RBS’s capital risk appetite framework, which informs its capital targets, includes consideration of the
maximum distributable amount (MDA) requirements. These requirements are expected to be phased in from
2016, with full implementation by 2019.
Based on current capital requirements, on the illustrative assumption that current estimates of Pillar 2A
remain constant, RBS estimates that its ‘fully phased’ CET1 MDA requirement would be 10.4% in 2019,
assuming RBS’s current risk profile is unchanged. It should be noted that this estimate does not reflect the
anticipated impact of RBS’s planned restructuring and balance sheet risk reduction programmes, changes in
the regulatory framework or other factors that could impact target CET1 ratios.
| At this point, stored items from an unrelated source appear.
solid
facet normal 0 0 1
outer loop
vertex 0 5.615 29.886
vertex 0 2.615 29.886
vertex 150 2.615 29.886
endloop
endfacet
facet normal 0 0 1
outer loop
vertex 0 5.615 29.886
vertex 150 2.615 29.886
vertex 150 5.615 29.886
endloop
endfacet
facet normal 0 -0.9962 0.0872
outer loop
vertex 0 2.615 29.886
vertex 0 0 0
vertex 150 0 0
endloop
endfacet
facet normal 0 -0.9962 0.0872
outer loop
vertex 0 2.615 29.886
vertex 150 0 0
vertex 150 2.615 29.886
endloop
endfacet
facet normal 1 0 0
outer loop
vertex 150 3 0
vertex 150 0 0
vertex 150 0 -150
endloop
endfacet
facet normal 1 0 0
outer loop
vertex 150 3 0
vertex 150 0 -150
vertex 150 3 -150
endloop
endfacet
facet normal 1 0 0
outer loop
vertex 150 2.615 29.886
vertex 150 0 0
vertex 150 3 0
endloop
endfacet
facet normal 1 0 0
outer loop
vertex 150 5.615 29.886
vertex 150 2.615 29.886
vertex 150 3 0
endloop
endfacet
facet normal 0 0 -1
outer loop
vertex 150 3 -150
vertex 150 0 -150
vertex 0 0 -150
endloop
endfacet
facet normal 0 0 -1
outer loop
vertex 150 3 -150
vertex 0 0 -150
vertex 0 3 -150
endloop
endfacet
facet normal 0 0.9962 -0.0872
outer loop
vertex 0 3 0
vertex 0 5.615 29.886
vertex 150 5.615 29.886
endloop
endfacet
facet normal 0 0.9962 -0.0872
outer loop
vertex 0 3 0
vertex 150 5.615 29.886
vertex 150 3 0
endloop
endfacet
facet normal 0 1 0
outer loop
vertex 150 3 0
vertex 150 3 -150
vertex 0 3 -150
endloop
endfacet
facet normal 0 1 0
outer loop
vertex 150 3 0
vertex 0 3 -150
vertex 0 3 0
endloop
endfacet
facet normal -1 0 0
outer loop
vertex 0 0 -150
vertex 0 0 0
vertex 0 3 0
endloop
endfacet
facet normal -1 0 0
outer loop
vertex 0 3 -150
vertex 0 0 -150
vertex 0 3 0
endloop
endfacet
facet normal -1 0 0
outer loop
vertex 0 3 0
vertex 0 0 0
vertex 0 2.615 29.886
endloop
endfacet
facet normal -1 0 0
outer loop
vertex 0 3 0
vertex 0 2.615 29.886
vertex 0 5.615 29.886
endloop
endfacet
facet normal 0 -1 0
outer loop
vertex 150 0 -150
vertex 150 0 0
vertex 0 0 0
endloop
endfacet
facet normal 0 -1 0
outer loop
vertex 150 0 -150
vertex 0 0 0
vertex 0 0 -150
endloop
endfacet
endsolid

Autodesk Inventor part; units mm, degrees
ref_plane "YZ Plane" through (0, 0, 0) normal (1, 0, 0) x (0, 1, 0)
ref_plane "XZ Plane" through (0, 0, 0) normal (0, 1, 0) x (-1, 0, 0)
ref_plane "XY Plane" through (0, 0, 0) normal (0, 0, 1) x (1, 0, 0)
sketch "スケッチ1" plane through (0, 0, 0) normal (1, 0, 0) x (0, 1, 0)
  line L0 (0, 0) -> (2.6147, 29.8858)
  line L1 (0, 0) -> (30, 0) construction
  line L2 (2.6147, 29.8858) -> (5.6147, 29.8858)
  line L3 (5.6147, 29.8858) -> (3, 0)
  line L4 (3, 0) -> (0, 0)
  dimension "d0" = 30
  dimension "d1" = 85
  dimension "d2" = 3
  dimension "d3" = 95
  dimension "d4" = 30
  dimension "d5" = 85
sketch "スケッチ2" plane through (0, 0, 0) normal (1, 0, 0) x (0, 1, 0)
  point P0 (0, 0)
extrude "押し出し1" add sketch "スケッチ1" along normal blind 150
sketch "スケッチ3" plane through (150, 0, 0) normal (1, 0, 0) x (0, 0, -1)
  line L0 (0, 0) -> (150, 0)
  line L1 (150, 0) -> (150, 3)
  line L2 (150, 3) -> (0, 3)
  line L3 (0, 3) -> (0, 0)
  dimension "d8" = 150
  dimension "d9" = 3
extrude "押し出し2" add sketch "スケッチ3" against normal blind 150
properties part number "NHK_t0_15"
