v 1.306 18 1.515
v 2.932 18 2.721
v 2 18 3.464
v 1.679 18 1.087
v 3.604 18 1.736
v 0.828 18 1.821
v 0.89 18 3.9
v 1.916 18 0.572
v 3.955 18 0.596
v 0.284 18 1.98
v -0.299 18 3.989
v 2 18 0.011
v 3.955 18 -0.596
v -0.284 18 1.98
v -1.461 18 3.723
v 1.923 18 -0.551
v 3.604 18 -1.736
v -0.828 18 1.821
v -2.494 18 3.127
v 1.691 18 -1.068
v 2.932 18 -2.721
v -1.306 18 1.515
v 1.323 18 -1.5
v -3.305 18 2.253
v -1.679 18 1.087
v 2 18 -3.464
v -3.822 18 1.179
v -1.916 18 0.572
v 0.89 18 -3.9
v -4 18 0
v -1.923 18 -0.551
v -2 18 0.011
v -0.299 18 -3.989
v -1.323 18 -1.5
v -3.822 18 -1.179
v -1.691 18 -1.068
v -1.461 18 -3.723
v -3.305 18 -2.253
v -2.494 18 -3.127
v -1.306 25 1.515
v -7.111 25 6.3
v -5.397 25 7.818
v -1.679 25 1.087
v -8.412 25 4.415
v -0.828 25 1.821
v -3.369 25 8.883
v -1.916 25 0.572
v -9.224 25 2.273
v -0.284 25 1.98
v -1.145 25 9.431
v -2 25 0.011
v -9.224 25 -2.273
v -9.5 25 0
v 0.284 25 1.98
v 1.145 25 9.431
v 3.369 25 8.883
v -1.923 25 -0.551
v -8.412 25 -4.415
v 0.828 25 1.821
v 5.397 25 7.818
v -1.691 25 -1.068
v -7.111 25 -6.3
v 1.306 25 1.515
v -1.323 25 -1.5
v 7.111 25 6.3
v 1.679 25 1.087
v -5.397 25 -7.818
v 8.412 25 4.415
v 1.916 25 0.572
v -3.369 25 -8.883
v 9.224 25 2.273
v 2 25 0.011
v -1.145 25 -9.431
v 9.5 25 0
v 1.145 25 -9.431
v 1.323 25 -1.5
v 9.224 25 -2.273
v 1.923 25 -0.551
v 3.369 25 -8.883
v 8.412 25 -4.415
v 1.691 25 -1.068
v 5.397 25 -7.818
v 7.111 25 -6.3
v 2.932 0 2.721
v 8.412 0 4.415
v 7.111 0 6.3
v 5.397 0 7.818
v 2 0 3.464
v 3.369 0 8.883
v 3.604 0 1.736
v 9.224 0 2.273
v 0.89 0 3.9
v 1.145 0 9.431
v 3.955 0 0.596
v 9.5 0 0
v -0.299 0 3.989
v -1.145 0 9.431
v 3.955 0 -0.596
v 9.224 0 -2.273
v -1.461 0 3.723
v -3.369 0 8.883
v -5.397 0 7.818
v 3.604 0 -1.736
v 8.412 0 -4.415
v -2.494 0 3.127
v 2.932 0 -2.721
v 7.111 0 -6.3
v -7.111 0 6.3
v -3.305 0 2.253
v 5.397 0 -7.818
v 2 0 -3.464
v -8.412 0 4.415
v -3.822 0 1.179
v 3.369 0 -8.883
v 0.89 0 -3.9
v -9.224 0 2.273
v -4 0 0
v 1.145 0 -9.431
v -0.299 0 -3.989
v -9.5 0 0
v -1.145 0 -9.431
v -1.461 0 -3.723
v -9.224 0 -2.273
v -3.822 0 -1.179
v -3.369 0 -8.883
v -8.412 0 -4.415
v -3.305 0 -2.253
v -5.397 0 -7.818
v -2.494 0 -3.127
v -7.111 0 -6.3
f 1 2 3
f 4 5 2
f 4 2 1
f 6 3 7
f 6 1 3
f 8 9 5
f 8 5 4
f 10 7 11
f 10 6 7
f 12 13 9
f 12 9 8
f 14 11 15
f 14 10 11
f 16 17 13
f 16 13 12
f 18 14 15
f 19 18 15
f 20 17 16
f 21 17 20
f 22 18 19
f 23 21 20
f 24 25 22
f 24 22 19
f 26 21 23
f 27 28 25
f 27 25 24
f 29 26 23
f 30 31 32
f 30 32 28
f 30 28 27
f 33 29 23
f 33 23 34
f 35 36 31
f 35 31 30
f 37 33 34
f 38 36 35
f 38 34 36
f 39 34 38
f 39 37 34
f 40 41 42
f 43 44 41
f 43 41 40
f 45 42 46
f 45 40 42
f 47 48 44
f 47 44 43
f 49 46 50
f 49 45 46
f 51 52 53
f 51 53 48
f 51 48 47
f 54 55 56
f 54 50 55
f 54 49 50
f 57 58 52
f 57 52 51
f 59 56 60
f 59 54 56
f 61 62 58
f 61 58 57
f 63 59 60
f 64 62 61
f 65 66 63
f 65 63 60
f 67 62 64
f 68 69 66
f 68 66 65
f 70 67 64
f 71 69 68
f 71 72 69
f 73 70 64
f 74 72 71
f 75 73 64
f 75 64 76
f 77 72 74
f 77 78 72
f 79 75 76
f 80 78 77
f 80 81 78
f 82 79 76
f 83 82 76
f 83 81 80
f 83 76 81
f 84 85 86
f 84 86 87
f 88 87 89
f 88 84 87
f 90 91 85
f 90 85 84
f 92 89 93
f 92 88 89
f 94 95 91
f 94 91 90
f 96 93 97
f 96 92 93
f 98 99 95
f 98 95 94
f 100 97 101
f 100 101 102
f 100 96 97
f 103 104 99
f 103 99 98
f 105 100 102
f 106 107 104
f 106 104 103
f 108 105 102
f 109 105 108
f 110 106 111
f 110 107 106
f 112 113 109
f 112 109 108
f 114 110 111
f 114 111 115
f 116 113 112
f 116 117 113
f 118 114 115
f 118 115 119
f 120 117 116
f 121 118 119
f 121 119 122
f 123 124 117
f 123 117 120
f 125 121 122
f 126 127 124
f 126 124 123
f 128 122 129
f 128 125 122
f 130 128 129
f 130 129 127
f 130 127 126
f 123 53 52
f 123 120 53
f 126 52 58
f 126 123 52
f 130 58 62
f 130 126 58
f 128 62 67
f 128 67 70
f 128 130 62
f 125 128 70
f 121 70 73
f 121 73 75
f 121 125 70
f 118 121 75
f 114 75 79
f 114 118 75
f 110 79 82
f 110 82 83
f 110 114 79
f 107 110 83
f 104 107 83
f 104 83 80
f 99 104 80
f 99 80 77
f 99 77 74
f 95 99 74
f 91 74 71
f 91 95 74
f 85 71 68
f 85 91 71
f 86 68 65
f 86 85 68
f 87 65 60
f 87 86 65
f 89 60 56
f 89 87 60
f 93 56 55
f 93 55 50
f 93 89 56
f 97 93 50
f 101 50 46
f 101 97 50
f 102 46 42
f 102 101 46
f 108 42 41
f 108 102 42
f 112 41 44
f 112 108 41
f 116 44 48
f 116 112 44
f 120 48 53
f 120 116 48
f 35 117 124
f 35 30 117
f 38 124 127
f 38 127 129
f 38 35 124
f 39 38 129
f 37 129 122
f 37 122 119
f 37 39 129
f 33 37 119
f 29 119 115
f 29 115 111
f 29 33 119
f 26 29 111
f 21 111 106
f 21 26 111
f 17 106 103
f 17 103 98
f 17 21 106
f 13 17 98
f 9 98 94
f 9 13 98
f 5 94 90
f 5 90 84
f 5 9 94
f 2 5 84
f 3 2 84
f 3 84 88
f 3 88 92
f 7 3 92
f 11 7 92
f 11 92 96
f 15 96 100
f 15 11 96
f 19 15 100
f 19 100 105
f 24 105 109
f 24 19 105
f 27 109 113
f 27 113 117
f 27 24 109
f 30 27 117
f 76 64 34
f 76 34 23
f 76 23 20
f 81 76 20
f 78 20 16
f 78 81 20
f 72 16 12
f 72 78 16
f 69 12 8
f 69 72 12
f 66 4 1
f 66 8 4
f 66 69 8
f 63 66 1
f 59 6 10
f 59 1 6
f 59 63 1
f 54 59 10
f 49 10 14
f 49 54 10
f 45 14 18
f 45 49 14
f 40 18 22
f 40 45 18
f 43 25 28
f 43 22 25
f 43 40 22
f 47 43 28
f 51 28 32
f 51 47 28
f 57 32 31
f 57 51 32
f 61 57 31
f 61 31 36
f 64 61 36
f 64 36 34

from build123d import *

# Parameters (mm, degrees)
BOSS_EXTRU_1_DEPTH = 7


with BuildPart() as part:
    # Esquisse1 → Révolution1 (revolve)
    with BuildSketch(Plane.XY):
        Polygon((-4, 0), (-4, 18), (-2, 18), (-2, 25), (-9.5, 25), (-9.5, 0), align=None)
    revolve(axis=Axis((0, 0, 0), (0, -1, 0)))

    # Esquisse2 → Boss.-Extru.1 (add)
    with BuildSketch(Plane(origin=(0, 25, 0), x_dir=(1, 0, 0), z_dir=(0, 1, 0))):
        with BuildLine():
            Line((-1.322875656, 1.5), (1.322875656, 1.5))
            ThreePointArc((1.322875656, 1.5), (0, 2), (-1.322875656, 1.5))
        make_face()
    extrude(amount=-BOSS_EXTRU_1_DEPTH)


solid = part.part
This estimated 2019 MDA
requirement comprises:
4.5% Pillar 1 minimum CET1 ratio;
2.5% Capital conservation buffer;
1.9% Pillar 2A CET1 ratio; and
1.5% Global Systemically Important Institution buffer.
Based on the assumptions above, assuming a 13% steady state CET1 capital ratio is achieved, RBS
currently estimates that it would have headroom of 2.6% to fully phased MDA trigger in 2019. This headroom
will be subject to ongoing review to accommodate regulatory and other changes.